While Texan agents lobbied for recognition and continued to press their resolution for annexation, the matter was deferred for the elections of 1836. Van Buren was Jackson's man, but he was elected by such a small majority that the lame-duck President was hamstrung. Jackson still wanted to recognize Texas, but Van Buren's friends argued now that any such move would damage Van Buren's administration before it began. The hope of immediate annexation of Texas was completely gone, after Adams's stand; the distinguished Massachusetts Congressman spoke against Texas almost every day of the summer of 1836, and even the question of recognition of Texas's independence was very much in doubt.

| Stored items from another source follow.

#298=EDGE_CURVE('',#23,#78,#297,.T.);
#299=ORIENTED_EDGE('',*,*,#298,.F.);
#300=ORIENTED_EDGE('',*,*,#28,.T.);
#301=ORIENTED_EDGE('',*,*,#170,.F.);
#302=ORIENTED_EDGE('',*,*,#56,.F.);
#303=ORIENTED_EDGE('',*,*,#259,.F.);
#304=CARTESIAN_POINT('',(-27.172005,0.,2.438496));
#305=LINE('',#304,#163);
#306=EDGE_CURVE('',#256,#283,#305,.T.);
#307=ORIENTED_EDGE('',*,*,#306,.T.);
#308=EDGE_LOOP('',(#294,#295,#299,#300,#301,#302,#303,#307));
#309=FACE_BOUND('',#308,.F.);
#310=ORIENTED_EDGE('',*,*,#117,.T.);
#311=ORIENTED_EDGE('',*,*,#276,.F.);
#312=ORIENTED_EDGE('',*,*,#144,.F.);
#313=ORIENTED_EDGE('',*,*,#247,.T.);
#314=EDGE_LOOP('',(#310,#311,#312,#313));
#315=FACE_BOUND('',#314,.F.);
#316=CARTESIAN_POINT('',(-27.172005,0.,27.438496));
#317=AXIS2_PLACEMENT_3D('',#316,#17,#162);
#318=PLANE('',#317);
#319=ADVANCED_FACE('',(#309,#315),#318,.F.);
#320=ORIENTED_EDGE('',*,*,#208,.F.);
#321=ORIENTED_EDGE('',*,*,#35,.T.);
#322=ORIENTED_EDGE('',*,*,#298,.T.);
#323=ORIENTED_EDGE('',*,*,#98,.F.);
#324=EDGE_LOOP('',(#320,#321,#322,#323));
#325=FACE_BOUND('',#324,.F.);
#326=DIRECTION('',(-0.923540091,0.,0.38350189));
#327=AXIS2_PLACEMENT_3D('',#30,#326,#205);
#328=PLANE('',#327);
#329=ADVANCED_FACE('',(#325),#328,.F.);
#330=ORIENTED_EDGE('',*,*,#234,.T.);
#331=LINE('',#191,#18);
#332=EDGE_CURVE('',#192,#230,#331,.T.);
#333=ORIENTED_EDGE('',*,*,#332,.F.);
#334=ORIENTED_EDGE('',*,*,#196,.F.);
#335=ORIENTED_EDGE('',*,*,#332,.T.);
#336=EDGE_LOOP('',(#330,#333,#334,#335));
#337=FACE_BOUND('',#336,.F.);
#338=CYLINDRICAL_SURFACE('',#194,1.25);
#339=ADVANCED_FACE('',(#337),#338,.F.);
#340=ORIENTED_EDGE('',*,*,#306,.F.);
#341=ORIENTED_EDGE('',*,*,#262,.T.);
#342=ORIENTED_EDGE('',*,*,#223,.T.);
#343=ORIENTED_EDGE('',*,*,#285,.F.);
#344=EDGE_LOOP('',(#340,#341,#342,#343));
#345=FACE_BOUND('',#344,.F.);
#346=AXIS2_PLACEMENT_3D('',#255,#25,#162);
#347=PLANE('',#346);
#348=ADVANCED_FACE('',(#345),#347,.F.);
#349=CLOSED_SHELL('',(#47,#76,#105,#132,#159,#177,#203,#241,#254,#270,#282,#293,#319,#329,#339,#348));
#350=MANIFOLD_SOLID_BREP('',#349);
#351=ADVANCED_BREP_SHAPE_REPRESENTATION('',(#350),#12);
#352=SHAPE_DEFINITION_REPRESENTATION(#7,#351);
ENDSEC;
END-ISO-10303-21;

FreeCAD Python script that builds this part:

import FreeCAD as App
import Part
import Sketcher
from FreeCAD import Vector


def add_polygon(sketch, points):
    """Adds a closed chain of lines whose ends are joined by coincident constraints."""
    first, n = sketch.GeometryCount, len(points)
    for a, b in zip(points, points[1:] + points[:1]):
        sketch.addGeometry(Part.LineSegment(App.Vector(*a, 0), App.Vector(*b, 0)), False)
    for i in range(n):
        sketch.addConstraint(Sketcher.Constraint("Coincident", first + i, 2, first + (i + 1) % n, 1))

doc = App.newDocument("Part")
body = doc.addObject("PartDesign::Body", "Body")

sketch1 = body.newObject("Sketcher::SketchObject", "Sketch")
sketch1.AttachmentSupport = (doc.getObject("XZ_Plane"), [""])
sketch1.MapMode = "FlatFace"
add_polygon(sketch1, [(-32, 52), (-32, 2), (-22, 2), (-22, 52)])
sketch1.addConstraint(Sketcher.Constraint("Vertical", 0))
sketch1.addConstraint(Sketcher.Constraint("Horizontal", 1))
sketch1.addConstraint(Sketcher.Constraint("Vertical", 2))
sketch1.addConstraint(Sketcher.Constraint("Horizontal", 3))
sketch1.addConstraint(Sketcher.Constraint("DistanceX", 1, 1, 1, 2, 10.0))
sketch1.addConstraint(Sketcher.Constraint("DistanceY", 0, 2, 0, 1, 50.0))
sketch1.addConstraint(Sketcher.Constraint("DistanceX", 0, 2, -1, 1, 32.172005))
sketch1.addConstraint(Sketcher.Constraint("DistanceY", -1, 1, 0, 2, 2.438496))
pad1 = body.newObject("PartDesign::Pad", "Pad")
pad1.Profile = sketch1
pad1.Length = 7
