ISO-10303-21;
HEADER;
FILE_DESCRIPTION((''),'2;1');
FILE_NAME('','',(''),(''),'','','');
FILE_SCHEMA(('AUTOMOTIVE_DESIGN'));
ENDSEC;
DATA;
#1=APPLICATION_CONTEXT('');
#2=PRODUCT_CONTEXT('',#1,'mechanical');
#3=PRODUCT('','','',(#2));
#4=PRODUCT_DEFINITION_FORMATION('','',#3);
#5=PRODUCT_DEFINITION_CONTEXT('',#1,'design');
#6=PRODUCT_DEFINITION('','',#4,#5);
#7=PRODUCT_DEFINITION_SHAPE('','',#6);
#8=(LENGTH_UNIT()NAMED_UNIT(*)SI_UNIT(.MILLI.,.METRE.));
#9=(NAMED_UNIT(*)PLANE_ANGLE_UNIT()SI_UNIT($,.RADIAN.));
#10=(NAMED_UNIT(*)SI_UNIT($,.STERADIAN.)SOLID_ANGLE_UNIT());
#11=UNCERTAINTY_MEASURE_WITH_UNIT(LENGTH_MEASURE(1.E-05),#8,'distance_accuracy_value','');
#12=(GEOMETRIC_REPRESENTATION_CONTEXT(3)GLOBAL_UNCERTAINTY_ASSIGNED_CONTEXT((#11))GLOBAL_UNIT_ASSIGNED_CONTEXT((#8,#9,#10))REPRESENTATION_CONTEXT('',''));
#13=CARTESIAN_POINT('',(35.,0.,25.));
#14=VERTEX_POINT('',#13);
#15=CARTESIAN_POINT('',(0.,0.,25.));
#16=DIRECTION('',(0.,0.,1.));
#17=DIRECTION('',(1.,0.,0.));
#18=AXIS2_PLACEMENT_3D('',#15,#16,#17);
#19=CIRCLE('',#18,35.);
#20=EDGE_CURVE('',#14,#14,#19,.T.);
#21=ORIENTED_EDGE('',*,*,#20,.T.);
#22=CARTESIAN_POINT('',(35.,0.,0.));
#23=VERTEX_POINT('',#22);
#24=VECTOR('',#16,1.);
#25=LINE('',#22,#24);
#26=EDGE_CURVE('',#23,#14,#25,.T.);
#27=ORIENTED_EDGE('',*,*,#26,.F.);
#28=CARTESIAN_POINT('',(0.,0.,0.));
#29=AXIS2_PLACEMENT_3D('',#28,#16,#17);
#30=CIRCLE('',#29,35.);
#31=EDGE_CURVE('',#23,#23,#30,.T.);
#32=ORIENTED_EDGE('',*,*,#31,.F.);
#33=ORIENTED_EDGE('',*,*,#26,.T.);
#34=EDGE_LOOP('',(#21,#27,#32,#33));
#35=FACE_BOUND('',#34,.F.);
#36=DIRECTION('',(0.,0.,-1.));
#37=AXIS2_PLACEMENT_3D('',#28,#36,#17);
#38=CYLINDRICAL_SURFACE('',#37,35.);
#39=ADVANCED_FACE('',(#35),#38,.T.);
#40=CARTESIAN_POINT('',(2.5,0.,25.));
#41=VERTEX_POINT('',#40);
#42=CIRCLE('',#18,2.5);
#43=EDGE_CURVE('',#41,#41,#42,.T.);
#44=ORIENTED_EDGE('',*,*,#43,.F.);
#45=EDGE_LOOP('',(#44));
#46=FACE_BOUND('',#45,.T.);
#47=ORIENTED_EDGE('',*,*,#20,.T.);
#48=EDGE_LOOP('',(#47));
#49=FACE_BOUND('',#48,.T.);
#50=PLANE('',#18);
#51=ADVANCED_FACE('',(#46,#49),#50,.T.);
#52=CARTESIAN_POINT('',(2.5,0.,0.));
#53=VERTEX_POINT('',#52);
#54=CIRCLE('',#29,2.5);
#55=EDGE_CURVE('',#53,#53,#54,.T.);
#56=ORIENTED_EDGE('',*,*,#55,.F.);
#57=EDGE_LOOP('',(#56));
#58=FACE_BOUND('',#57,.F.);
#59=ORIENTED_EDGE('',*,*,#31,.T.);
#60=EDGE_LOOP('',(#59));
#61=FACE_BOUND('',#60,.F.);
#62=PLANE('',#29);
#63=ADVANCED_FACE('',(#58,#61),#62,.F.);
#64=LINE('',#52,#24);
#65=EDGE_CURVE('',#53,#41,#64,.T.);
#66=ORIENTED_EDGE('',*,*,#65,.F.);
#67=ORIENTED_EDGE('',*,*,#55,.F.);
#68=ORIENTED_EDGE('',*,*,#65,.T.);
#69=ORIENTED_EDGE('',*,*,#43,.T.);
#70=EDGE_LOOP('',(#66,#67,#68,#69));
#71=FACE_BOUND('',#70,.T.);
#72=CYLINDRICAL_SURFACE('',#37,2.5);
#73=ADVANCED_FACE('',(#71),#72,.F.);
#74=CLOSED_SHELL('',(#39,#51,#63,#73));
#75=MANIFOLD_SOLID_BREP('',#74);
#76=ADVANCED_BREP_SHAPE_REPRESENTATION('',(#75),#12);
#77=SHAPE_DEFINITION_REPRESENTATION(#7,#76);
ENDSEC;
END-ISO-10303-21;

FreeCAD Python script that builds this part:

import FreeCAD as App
import Part
import Sketcher

V = App.Vector

doc = App.newDocument("Part")
body = doc.addObject("PartDesign::Body", "Body")

# Sketch on XY plane
sketch1 = doc.addObject("Sketcher::SketchObject", "Sketch")
body.addObject(sketch1)
sketch1.AttachmentSupport = (doc.XY_Plane, [""])
sketch1.MapMode = "FlatFace"
sketch1.addGeometry([
    Part.Circle(V(0, 0, 0), V(0, 0, 1), 35),
    Part.Circle(V(0, 0, 0), V(0, 0, 1), 2.5),
], False)
sketch1.addConstraint([
    Sketcher.Constraint("Coincident", 0, 3, -1, 1),
    Sketcher.Constraint("Coincident", 1, 3, -1, 1),
    Sketcher.Constraint("Diameter", 0, 70.0),
    Sketcher.Constraint("Diameter", 1, 5.0),
])
pad1 = doc.addObject("PartDesign::Pad", "Pad")
body.addObject(pad1)
pad1.Profile = sketch1
pad1.Length = 25

doc.recompute()
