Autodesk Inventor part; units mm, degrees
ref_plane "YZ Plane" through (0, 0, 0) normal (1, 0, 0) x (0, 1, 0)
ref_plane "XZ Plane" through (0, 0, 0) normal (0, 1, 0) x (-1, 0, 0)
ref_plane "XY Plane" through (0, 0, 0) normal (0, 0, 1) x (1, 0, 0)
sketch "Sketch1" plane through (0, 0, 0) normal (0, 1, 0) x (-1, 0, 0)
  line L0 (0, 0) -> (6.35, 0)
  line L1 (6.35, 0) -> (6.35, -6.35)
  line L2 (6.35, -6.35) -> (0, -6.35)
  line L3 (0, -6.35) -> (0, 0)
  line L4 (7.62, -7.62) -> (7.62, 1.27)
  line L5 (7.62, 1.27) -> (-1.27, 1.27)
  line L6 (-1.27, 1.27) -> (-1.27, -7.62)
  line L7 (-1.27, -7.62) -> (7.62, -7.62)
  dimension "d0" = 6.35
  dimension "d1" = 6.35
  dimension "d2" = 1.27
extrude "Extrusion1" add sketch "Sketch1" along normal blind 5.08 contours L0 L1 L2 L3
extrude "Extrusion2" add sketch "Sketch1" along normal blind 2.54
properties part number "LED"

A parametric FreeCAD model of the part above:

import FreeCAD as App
import Part
import Sketcher

V = App.Vector
Q = App.Units.Quantity

doc = App.newDocument("Part")
body = doc.addObject("PartDesign::Body", "Body")

sketch1 = doc.addObject("Sketcher::SketchObject", "Sketch")
body.addObject(sketch1)
sketch1.AttachmentSupport = (doc.XZ_Plane, [""])
sketch1.MapMode = "FlatFace"
sketch1.addGeometry(Part.LineSegment(V(-6.35, 0, 0), V(0, 0, 0)), False)
sketch1.addGeometry(Part.LineSegment(V(0, 0, 0), V(0, -6.35, 0)), False)
sketch1.addGeometry(Part.LineSegment(V(0, -6.35, 0), V(-6.35, -6.35, 0)), False)
sketch1.addGeometry(Part.LineSegment(V(-6.35, -6.35, 0), V(-6.35, 0, 0)), False)
sketch1.addConstraint(Sketcher.Constraint("Coincident", 0, 2, 1, 1))
sketch1.addConstraint(Sketcher.Constraint("Coincident", 1, 2, 2, 1))
sketch1.addConstraint(Sketcher.Constraint("Coincident", 2, 2, 3, 1))
sketch1.addConstraint(Sketcher.Constraint("Coincident", 3, 2, 0, 1))
sketch1.addConstraint(Sketcher.Constraint("Horizontal", 0))
sketch1.addConstraint(Sketcher.Constraint("Vertical", 1))
sketch1.addConstraint(Sketcher.Constraint("Horizontal", 2))
sketch1.addConstraint(Sketcher.Constraint("Vertical", 3))
sketch1.addConstraint(Sketcher.Constraint("Coincident", 0, 2, -1, 1))
sketch1.addConstraint(Sketcher.Constraint("Equal", 2, 1))
sketch1.addConstraint(Sketcher.Constraint("DistanceX", 0, 1, 0, 2, Q("0.25 in")))
pad1 = doc.addObject("PartDesign::Pad", "Pad")
body.addObject(pad1)
pad1.Profile = sketch1
pad1.Length = Q("0.2 in")
pad1.Reversed = True

sketch2 = doc.addObject("Sketcher::SketchObject", "Sketch001")
body.addObject(sketch2)
sketch2.AttachmentSupport = (doc.XZ_Plane, [""])
sketch2.MapMode = "FlatFace"
sketch2.addGeometry(Part.LineSegment(V(1.27, -7.62, 0), V(-7.62, -7.62, 0)), False)
sketch2.addGeometry(Part.LineSegment(V(-7.62, -7.62, 0), V(-7.62, 1.27, 0)), False)
sketch2.addGeometry(Part.LineSegment(V(-7.62, 1.27, 0), V(1.27, 1.27, 0)), False)
sketch2.addGeometry(Part.LineSegment(V(1.27, 1.27, 0), V(1.27, -7.62, 0)), False)
sketch2.addGeometry(Part.LineSegment(V(0, -6.35, 0), V(0, 0, 0)), False)
sketch2.addGeometry(Part.LineSegment(V(0, 0, 0), V(-6.35, 0, 0)), False)
sketch2.addGeometry(Part.LineSegment(V(-6.35, 0, 0), V(-6.35, -6.35, 0)), False)
sketch2.addGeometry(Part.LineSegment(V(-6.35, -6.35, 0), V(0, -6.35, 0)), False)
sketch2.addConstraint(Sketcher.Constraint("Coincident", 0, 2, 1, 1))
sketch2.addConstraint(Sketcher.Constraint("Coincident", 1, 2, 2, 1))
sketch2.addConstraint(Sketcher.Constraint("Coincident", 2, 2, 3, 1))
sketch2.addConstraint(Sketcher.Constraint("Coincident", 3, 2, 0, 1))
sketch2.addConstraint(Sketcher.Constraint("Coincident", 4, 2, 5, 1))
sketch2.addConstraint(Sketcher.Constraint("Coincident", 5, 2, 6, 1))
sketch2.addConstraint(Sketcher.Constraint("Coincident", 6, 2, 7, 1))
sketch2.addConstraint(Sketcher.Constraint("Coincident", 7, 2, 4, 1))
sketch2.addConstraint(Sketcher.Constraint("Horizontal", 0))
sketch2.addConstraint(Sketcher.Constraint("Vertical", 1))
sketch2.addConstraint(Sketcher.Constraint("Horizontal", 2))
sketch2.addConstraint(Sketcher.Constraint("Vertical", 3))
sketch2.addConstraint(Sketcher.Constraint("Vertical", 4))
sketch2.addConstraint(Sketcher.Constraint("Horizontal", 5))
sketch2.addConstraint(Sketcher.Constraint("Vertical", 6))
sketch2.addConstraint(Sketcher.Constraint("Horizontal", 7))
sketch2.addConstraint(Sketcher.Constraint("Coincident", 4, 2, -1, 1))
sketch2.addConstraint(Sketcher.Constraint("Equal", 2, 1))
sketch2.addConstraint(Sketcher.Constraint("Equal", 7, 4))
sketch2.addConstraint(Sketcher.Constraint("DistanceX", 5, 2, 5, 1, Q("0.25 in")))
sketch2.addConstraint(Sketcher.Constraint("DistanceY", -1, 1, 1, 2, Q("0.05 in")))
sketch2.addConstraint(Sketcher.Constraint("DistanceX", -1, 1, 2, 2, Q("0.05 in")))
sketch2.addConstraint(Sketcher.Constraint("DistanceX", 1, 2, 5, 2, Q("0.05 in")))
pad2 = doc.addObject("PartDesign::Pad", "Pad001")
body.addObject(pad2)
pad2.Profile = sketch2
pad2.Length = Q("0.1 in")
pad2.Reversed = True

doc.recompute()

Jackson's agent in Texas, Henry Morfit, sounded the local situation out in August and September 1836. Morfit reported back that Texas's best hope of continued independence lay in the "stupidity of the rulers of Mexico and the financial embarrassment of the Mexican government." Morfit was not impressed with Texas's prospects otherwise and advised the President to go slow. Jackson's Secretary of State, John Forsyth, was disturbed because Texas's referendum for annexation seemed to put the United States in a bad light. The quick vote for annexation seemed to show the whole revolution had been part of an expansionist plot. Forsyth advised Jackson not to recognize Texas, until Great Britain or some other major power did so first.